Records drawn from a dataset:
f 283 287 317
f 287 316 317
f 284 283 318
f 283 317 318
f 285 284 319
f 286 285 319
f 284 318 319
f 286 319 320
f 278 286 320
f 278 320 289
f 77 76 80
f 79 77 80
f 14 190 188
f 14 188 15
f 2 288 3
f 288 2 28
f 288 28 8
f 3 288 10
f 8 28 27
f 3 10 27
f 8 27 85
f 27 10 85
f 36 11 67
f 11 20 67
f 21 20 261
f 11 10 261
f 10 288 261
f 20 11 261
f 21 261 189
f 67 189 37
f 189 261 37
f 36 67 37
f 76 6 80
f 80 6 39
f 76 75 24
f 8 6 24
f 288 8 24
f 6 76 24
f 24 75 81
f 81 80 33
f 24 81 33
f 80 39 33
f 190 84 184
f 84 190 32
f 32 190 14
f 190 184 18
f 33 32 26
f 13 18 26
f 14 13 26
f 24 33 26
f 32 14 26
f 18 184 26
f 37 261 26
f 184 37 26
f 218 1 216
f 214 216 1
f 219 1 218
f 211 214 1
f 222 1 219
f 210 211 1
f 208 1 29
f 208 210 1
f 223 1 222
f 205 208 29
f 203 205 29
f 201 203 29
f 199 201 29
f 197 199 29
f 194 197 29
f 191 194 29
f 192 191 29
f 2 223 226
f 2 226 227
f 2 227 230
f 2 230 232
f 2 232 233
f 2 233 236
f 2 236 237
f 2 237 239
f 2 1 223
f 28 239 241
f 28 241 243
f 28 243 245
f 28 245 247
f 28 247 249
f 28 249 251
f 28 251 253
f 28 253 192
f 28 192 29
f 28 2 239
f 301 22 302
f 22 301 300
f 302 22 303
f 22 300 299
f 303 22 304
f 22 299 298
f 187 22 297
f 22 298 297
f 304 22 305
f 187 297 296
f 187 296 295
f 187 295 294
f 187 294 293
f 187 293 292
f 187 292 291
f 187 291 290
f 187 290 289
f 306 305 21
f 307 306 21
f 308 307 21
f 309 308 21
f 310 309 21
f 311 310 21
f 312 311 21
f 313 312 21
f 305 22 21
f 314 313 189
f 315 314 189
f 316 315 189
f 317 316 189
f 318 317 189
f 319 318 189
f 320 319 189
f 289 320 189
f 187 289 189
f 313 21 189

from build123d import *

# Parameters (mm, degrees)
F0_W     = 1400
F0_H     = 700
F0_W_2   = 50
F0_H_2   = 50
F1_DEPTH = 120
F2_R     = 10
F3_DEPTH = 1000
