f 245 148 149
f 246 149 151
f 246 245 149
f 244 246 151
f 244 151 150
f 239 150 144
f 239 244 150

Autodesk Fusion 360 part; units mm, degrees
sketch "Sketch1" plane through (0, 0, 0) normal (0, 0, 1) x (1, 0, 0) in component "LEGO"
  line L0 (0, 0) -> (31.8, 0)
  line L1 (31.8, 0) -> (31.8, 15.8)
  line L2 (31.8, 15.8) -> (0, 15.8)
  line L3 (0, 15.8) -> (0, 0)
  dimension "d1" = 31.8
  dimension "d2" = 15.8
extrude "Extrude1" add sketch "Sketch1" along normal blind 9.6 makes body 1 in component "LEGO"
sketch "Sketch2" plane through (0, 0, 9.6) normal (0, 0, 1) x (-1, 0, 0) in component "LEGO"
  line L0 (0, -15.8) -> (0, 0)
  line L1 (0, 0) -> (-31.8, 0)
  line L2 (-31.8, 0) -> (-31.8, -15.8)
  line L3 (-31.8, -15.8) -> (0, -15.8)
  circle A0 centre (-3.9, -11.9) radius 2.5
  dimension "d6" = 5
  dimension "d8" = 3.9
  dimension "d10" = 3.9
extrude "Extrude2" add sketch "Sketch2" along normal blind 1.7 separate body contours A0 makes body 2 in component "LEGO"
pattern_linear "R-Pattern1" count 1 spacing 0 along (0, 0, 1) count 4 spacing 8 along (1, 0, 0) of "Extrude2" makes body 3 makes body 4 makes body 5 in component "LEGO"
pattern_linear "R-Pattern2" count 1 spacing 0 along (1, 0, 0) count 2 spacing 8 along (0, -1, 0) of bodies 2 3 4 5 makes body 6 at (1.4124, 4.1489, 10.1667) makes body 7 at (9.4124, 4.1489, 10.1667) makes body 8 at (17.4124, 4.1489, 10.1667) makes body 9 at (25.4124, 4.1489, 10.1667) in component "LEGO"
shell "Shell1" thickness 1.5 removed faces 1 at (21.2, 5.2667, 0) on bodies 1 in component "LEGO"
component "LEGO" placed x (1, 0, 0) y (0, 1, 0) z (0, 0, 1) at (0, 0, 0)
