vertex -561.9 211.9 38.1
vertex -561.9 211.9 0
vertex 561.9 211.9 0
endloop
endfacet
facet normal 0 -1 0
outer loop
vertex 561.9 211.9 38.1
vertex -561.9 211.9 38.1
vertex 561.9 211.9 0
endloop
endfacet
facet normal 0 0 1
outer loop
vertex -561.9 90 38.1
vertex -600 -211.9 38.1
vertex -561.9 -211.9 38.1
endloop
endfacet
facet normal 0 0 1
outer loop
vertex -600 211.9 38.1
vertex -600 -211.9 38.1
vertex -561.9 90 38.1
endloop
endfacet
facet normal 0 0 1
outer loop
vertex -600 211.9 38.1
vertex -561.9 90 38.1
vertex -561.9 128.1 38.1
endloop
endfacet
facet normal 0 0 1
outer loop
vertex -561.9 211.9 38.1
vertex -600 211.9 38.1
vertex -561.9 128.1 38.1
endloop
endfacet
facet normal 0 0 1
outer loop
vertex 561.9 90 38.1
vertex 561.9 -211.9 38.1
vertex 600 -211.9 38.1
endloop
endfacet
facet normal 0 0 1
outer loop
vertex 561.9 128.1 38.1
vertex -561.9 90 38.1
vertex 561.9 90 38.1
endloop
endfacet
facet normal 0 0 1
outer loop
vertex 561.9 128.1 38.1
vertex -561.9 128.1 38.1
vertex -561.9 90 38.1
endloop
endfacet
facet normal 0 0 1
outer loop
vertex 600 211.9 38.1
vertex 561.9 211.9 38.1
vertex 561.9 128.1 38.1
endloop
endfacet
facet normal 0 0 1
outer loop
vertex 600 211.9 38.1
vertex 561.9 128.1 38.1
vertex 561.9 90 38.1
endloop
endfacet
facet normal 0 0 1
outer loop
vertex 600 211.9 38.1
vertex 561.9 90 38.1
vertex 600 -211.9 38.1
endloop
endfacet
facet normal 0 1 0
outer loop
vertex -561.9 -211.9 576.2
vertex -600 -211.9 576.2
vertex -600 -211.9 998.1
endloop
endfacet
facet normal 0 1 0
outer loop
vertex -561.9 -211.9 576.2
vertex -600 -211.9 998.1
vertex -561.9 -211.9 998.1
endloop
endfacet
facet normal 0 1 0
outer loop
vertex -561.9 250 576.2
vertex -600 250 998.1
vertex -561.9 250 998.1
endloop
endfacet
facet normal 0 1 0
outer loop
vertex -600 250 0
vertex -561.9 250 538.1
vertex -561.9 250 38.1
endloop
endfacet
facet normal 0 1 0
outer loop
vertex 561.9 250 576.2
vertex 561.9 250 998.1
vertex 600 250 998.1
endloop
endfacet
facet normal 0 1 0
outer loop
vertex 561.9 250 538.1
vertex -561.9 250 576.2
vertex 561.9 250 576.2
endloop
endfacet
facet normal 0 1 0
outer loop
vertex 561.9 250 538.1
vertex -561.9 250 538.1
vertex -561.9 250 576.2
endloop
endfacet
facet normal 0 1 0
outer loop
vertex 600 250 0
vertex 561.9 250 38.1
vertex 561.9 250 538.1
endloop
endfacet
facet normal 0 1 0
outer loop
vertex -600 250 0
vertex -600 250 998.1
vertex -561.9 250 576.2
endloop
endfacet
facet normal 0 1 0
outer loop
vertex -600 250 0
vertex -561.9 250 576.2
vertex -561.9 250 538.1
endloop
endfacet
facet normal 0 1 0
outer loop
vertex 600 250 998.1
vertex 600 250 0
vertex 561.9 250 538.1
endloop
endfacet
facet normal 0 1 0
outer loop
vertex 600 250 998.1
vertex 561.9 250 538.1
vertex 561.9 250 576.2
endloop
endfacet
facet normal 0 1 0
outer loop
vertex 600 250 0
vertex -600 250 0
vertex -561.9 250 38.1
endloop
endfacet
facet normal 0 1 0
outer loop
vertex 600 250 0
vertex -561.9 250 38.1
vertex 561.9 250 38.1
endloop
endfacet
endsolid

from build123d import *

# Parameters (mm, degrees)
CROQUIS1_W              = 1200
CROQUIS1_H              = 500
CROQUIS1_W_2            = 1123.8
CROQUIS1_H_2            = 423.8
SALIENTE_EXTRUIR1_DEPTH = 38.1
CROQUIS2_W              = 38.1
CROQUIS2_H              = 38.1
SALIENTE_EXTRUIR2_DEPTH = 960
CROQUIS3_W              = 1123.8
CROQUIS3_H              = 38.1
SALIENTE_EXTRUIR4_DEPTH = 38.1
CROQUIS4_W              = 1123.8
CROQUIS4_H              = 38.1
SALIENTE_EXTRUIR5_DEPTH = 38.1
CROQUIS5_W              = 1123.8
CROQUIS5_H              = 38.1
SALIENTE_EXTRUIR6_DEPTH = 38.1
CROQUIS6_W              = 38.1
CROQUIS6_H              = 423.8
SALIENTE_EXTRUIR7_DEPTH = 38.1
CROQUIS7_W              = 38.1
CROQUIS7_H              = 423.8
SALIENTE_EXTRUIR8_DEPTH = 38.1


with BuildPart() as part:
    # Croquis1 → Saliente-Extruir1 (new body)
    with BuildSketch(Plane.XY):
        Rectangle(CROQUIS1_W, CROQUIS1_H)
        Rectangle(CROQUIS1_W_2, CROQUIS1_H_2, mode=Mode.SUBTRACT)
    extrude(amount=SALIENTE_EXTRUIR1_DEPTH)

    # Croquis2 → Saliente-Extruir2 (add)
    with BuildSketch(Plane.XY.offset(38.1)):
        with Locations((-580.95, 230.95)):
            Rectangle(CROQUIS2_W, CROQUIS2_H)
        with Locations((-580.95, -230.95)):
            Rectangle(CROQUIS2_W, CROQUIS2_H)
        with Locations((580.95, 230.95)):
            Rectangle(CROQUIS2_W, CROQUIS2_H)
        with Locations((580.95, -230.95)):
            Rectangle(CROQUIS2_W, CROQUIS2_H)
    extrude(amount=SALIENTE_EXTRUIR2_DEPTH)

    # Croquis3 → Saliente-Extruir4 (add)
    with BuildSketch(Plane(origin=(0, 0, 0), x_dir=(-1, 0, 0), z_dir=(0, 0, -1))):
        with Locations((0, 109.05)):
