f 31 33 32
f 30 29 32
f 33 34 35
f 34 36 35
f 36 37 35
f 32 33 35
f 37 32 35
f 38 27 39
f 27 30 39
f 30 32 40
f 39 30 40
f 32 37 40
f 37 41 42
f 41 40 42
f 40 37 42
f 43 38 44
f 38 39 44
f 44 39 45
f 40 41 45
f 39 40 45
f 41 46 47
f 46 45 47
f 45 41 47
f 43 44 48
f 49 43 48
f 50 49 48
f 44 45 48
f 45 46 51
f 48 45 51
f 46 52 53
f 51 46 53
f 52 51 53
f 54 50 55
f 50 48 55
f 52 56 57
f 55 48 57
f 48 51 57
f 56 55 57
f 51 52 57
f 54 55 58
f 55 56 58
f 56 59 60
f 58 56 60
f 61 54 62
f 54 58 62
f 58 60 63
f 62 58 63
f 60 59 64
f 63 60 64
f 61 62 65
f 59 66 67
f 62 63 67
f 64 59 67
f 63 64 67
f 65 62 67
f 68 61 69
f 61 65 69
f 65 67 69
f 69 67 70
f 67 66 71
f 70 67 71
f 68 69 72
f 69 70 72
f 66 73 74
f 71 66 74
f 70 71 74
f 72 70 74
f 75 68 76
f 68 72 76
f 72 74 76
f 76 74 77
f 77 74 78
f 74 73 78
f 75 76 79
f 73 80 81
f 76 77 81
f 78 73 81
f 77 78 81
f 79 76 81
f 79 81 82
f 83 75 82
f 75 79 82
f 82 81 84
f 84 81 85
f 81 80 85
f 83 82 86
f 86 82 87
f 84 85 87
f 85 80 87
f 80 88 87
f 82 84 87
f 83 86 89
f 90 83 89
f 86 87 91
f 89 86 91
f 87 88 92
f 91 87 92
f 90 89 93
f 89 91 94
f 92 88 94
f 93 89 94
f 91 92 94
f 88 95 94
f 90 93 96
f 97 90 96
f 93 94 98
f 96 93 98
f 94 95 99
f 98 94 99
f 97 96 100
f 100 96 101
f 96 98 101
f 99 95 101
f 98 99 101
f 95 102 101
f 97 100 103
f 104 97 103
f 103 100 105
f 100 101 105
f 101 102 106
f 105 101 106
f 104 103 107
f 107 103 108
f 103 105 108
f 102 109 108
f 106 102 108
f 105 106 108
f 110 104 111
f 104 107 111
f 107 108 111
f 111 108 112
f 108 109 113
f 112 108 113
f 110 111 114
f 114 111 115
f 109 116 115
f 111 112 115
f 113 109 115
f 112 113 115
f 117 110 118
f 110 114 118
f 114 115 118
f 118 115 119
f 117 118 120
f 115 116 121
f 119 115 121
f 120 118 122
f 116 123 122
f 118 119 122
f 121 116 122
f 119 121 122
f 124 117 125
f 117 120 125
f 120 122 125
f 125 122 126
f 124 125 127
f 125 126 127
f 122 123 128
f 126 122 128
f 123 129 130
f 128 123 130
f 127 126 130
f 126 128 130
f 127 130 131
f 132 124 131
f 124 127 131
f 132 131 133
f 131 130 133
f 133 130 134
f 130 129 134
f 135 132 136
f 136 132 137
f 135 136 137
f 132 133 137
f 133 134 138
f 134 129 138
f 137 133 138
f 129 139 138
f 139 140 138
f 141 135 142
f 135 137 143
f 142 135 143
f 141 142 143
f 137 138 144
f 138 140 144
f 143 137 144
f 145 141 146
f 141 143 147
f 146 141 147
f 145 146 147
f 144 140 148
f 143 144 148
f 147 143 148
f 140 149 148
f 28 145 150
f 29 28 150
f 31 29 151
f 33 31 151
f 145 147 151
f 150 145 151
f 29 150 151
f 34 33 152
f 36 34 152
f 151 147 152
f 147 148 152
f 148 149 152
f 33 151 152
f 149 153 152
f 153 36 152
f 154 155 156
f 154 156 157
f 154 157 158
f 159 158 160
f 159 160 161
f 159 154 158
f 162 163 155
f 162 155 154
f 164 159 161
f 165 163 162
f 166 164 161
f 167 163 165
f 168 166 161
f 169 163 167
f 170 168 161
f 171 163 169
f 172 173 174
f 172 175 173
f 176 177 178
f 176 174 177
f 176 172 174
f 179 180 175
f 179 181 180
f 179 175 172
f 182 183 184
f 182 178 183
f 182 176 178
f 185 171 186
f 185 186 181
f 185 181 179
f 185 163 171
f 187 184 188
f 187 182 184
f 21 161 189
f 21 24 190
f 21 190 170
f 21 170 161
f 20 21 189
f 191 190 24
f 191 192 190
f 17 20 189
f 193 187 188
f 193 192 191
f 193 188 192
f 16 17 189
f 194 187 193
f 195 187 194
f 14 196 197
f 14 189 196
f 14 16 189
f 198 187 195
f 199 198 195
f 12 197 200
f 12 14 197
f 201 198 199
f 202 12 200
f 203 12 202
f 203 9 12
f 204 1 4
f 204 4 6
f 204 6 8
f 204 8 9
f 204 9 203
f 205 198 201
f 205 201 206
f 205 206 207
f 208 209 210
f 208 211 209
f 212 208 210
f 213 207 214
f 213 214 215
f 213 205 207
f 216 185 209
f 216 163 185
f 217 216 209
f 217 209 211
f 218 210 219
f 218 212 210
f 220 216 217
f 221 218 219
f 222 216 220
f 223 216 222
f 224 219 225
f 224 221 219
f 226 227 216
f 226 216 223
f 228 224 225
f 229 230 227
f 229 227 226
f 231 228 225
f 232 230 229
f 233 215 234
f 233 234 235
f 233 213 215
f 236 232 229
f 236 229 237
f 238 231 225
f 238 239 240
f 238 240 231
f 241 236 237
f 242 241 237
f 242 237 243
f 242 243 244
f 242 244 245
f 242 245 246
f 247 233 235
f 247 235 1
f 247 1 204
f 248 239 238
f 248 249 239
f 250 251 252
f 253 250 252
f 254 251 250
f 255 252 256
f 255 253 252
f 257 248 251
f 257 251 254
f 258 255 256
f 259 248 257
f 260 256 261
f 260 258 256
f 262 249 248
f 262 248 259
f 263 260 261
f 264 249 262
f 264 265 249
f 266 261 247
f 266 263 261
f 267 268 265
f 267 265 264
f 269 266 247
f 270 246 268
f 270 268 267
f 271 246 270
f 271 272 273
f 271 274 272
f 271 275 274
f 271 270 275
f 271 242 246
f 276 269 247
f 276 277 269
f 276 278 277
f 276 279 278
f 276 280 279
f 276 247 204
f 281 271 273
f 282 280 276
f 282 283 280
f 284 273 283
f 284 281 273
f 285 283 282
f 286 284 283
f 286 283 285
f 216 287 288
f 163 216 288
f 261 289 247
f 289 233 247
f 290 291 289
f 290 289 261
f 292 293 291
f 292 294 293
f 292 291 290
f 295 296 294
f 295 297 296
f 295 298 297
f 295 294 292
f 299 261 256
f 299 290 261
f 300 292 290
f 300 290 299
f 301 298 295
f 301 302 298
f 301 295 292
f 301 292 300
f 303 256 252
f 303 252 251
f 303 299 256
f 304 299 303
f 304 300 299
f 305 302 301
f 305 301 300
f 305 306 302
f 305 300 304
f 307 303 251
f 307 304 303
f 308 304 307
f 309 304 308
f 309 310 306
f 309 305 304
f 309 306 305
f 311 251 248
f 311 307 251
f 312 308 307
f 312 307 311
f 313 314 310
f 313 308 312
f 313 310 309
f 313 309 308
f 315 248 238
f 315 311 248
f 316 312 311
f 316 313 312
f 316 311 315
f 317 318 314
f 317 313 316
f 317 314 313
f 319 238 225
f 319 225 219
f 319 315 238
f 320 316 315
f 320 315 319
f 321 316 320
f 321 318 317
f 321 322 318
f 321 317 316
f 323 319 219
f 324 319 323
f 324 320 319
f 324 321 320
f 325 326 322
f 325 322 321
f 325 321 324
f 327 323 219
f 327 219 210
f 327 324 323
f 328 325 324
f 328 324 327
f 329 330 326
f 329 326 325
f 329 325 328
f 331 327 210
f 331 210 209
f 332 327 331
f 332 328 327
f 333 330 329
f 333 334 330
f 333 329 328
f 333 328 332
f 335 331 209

▸ Task prompt
From the entries above, restate word for word the lines from the line containing "f 141 142 143" to the line containing "f 165 163 162", both ends included, and nothing more.

▸ Expected answer
f 141 142 143
f 137 138 144
f 138 140 144
f 143 137 144
f 145 141 146
f 141 143 147
f 146 141 147
f 145 146 147
f 144 140 148
f 143 144 148
f 147 143 148
f 140 149 148
f 28 145 150
f 29 28 150
f 31 29 151
f 33 31 151
f 145 147 151
f 150 145 151
f 29 150 151
f 34 33 152
f 36 34 152
f 151 147 152
f 147 148 152
f 148 149 152
f 33 151 152
f 149 153 152
f 153 36 152
f 154 155 156
f 154 156 157
f 154 157 158
f 159 158 160
f 159 160 161
f 159 154 158
f 162 163 155
f 162 155 154
f 164 159 161
f 165 163 162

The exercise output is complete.